--- Data for review ---
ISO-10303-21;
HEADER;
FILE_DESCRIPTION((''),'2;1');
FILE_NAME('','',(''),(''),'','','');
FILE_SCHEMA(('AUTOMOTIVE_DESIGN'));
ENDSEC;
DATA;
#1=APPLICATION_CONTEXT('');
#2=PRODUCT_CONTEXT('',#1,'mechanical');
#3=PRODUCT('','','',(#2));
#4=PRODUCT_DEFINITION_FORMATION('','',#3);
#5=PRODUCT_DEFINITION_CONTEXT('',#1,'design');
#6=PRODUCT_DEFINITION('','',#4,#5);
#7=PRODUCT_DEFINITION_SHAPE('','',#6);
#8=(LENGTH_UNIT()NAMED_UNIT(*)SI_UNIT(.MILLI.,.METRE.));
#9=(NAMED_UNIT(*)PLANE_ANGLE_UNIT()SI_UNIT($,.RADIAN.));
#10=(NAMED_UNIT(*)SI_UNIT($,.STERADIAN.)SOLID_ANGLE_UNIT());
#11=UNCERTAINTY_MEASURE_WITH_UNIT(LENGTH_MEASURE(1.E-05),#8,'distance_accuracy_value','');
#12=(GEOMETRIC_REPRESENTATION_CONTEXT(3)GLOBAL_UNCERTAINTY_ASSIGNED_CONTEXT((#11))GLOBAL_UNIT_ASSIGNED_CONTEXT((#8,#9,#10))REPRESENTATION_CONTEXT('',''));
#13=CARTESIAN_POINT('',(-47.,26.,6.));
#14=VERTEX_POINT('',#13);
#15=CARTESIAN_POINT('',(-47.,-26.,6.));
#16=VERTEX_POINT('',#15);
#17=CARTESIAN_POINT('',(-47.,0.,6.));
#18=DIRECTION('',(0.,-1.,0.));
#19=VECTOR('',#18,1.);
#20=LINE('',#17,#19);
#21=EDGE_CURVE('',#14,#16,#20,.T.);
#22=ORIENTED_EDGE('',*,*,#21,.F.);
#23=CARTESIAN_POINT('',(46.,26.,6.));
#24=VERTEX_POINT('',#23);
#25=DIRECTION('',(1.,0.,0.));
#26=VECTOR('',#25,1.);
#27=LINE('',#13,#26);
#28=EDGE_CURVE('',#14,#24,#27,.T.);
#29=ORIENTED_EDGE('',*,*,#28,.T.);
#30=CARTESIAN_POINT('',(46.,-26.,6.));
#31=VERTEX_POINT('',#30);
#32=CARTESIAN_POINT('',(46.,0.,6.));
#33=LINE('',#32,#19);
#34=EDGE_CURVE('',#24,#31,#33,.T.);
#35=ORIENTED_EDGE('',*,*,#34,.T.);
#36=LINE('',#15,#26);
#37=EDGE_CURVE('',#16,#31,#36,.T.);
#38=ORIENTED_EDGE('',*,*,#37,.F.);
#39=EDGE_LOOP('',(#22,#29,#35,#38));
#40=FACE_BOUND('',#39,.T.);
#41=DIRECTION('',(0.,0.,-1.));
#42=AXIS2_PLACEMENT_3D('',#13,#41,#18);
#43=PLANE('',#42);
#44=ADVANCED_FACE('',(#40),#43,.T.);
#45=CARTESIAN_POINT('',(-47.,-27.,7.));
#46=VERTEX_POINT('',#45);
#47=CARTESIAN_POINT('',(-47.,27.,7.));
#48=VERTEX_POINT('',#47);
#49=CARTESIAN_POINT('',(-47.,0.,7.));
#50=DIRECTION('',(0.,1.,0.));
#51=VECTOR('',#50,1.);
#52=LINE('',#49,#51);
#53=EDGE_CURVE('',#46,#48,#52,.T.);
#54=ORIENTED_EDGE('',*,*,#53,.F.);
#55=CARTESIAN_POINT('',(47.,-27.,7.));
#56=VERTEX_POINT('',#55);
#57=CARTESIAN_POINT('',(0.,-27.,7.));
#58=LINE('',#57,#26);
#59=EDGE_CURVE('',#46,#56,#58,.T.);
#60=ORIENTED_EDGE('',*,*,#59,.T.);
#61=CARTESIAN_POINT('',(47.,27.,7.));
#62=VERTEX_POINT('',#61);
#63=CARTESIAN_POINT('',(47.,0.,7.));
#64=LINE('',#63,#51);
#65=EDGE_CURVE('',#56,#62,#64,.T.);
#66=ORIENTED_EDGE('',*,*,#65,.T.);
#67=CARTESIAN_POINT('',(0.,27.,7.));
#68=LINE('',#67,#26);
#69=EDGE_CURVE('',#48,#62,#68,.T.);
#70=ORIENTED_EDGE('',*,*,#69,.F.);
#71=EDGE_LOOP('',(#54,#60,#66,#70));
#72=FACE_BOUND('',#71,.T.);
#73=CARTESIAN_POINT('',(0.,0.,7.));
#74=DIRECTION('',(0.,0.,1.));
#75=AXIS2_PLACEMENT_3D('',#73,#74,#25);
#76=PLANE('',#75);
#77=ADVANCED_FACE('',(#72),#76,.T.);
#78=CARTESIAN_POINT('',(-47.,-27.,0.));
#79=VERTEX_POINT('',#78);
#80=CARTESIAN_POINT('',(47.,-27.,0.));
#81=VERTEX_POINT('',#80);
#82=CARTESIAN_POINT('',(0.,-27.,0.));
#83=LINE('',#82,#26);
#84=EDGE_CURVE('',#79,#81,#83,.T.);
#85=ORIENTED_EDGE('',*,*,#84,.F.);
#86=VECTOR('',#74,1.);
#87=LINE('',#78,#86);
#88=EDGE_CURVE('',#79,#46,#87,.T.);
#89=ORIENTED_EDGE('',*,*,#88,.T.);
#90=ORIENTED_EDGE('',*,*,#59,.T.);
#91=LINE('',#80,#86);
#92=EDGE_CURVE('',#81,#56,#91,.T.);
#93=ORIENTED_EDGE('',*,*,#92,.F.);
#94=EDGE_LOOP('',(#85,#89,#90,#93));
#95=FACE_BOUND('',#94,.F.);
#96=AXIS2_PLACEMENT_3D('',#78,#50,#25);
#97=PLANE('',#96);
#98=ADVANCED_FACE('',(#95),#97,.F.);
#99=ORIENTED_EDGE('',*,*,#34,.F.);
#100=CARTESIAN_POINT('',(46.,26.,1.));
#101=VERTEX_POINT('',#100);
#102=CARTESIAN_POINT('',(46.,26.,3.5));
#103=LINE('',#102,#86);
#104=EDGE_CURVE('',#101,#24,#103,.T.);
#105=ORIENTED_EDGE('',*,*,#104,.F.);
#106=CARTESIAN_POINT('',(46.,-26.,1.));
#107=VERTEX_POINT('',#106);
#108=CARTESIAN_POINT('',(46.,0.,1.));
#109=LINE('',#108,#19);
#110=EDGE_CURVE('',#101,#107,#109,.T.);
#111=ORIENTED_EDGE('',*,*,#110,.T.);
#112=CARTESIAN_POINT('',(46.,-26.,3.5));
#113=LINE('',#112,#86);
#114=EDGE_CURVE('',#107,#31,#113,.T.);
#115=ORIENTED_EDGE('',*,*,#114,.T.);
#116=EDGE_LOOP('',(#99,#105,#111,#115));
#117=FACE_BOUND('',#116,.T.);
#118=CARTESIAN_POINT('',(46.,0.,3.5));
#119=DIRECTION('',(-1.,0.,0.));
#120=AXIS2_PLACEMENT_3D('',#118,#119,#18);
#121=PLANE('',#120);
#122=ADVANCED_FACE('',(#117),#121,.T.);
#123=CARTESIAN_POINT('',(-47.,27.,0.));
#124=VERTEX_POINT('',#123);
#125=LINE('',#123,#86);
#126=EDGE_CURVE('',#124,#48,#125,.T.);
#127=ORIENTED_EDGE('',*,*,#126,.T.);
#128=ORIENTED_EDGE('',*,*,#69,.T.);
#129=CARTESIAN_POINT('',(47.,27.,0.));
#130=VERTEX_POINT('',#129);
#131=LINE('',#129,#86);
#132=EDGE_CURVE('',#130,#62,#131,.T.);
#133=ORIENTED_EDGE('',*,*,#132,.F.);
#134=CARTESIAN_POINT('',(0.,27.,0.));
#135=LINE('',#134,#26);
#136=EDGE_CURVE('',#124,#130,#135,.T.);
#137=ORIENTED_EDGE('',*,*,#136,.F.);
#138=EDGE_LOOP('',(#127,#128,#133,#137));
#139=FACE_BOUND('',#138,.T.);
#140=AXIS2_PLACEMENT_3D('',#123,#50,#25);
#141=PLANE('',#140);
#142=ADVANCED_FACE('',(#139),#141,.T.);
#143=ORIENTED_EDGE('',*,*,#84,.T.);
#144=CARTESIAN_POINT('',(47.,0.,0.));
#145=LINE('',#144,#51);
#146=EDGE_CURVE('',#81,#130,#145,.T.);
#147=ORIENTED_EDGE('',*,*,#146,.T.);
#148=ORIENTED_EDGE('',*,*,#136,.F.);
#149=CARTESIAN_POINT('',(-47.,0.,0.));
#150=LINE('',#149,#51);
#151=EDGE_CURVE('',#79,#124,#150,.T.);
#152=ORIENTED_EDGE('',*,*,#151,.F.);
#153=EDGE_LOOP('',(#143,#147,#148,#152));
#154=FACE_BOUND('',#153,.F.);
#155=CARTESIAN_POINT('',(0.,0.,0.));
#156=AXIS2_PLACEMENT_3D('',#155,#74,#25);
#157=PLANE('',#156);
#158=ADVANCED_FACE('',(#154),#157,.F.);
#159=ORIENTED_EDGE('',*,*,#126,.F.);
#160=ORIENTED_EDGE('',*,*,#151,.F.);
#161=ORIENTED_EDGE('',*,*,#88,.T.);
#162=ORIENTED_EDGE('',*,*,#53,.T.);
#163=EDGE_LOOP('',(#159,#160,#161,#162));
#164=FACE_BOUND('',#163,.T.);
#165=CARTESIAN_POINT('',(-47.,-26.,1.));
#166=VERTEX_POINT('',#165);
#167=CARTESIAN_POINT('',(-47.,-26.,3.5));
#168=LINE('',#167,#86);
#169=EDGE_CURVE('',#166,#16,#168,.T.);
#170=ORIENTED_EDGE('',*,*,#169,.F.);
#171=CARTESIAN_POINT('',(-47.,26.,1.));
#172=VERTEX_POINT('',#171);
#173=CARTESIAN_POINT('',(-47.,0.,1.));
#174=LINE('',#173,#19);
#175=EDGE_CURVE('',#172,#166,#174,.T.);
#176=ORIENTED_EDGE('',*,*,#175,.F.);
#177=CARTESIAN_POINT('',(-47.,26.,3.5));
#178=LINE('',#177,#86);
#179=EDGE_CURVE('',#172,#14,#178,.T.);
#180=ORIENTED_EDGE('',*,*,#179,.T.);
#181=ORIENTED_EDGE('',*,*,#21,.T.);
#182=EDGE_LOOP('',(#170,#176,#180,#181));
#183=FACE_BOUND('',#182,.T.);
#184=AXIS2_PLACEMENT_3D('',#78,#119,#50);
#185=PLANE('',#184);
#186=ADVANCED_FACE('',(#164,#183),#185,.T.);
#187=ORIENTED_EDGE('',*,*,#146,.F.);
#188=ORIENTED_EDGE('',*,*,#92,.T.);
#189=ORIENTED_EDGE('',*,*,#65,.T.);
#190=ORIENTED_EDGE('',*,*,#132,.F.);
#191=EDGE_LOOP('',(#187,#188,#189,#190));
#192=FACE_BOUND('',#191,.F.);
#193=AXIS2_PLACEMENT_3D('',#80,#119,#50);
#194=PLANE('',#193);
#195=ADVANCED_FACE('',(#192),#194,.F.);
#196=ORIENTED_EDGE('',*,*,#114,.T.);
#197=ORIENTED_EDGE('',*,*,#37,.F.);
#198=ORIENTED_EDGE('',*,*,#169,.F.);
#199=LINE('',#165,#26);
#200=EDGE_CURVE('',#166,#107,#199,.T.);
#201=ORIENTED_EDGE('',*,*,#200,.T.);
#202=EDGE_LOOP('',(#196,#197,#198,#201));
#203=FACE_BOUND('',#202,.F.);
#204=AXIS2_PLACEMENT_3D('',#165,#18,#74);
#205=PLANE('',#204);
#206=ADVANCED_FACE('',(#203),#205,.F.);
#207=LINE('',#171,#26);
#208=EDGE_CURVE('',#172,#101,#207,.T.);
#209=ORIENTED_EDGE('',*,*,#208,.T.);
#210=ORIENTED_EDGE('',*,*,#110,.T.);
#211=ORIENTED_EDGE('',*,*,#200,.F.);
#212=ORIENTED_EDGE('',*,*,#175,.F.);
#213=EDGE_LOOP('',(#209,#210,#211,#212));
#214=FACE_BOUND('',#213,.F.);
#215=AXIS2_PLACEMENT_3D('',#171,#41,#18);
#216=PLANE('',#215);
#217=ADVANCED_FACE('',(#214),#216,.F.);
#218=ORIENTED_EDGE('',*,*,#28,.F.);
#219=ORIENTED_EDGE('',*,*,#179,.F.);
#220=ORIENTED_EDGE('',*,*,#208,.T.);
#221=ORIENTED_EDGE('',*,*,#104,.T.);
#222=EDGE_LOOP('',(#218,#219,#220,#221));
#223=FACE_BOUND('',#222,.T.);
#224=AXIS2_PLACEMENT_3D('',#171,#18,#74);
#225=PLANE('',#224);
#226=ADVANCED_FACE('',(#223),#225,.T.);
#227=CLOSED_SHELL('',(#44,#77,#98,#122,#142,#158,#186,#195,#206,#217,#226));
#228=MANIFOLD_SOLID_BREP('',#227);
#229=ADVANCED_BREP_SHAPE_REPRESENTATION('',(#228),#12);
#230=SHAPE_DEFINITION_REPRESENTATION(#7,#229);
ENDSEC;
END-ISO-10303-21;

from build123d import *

# Parameters (mm, degrees)
F1_W     = 94
F1_H     = 54
F2_DEPTH = 7
F3_W     = 52
F3_H     = 5
F4_DEPTH = 93


with BuildPart() as f2:
    # F1 (on Top) → F2 (new body)
    with BuildSketch(Plane.XY):
        Rectangle(F1_W, F1_H)
    extrude(amount=F2_DEPTH)

    # F3 (on face) → F4 (cut, through all)
    with BuildSketch(Plane(origin=(-47, 0, 0), x_dir=(0, -1, 0), z_dir=(-1, 0, 0))):
        with Locations((0, 3.5)):
            Rectangle(F3_W, F3_H)
    extrude(amount=-F4_DEPTH, mode=Mode.SUBTRACT)


solid = f2.part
---
Task instructions:
Of the lines above, output exactly those from the line bearing "#216=PLANE('',#215);" through the line bearing "#225=PLANE('',#224);", inclusive.

Solution for this problem:
#216=PLANE('',#215);
#217=ADVANCED_FACE('',(#214),#216,.F.);
#218=ORIENTED_EDGE('',*,*,#28,.F.);
#219=ORIENTED_EDGE('',*,*,#179,.F.);
#220=ORIENTED_EDGE('',*,*,#208,.T.);
#221=ORIENTED_EDGE('',*,*,#104,.T.);
#222=EDGE_LOOP('',(#218,#219,#220,#221));
#223=FACE_BOUND('',#222,.T.);
#224=AXIS2_PLACEMENT_3D('',#171,#18,#74);
#225=PLANE('',#224);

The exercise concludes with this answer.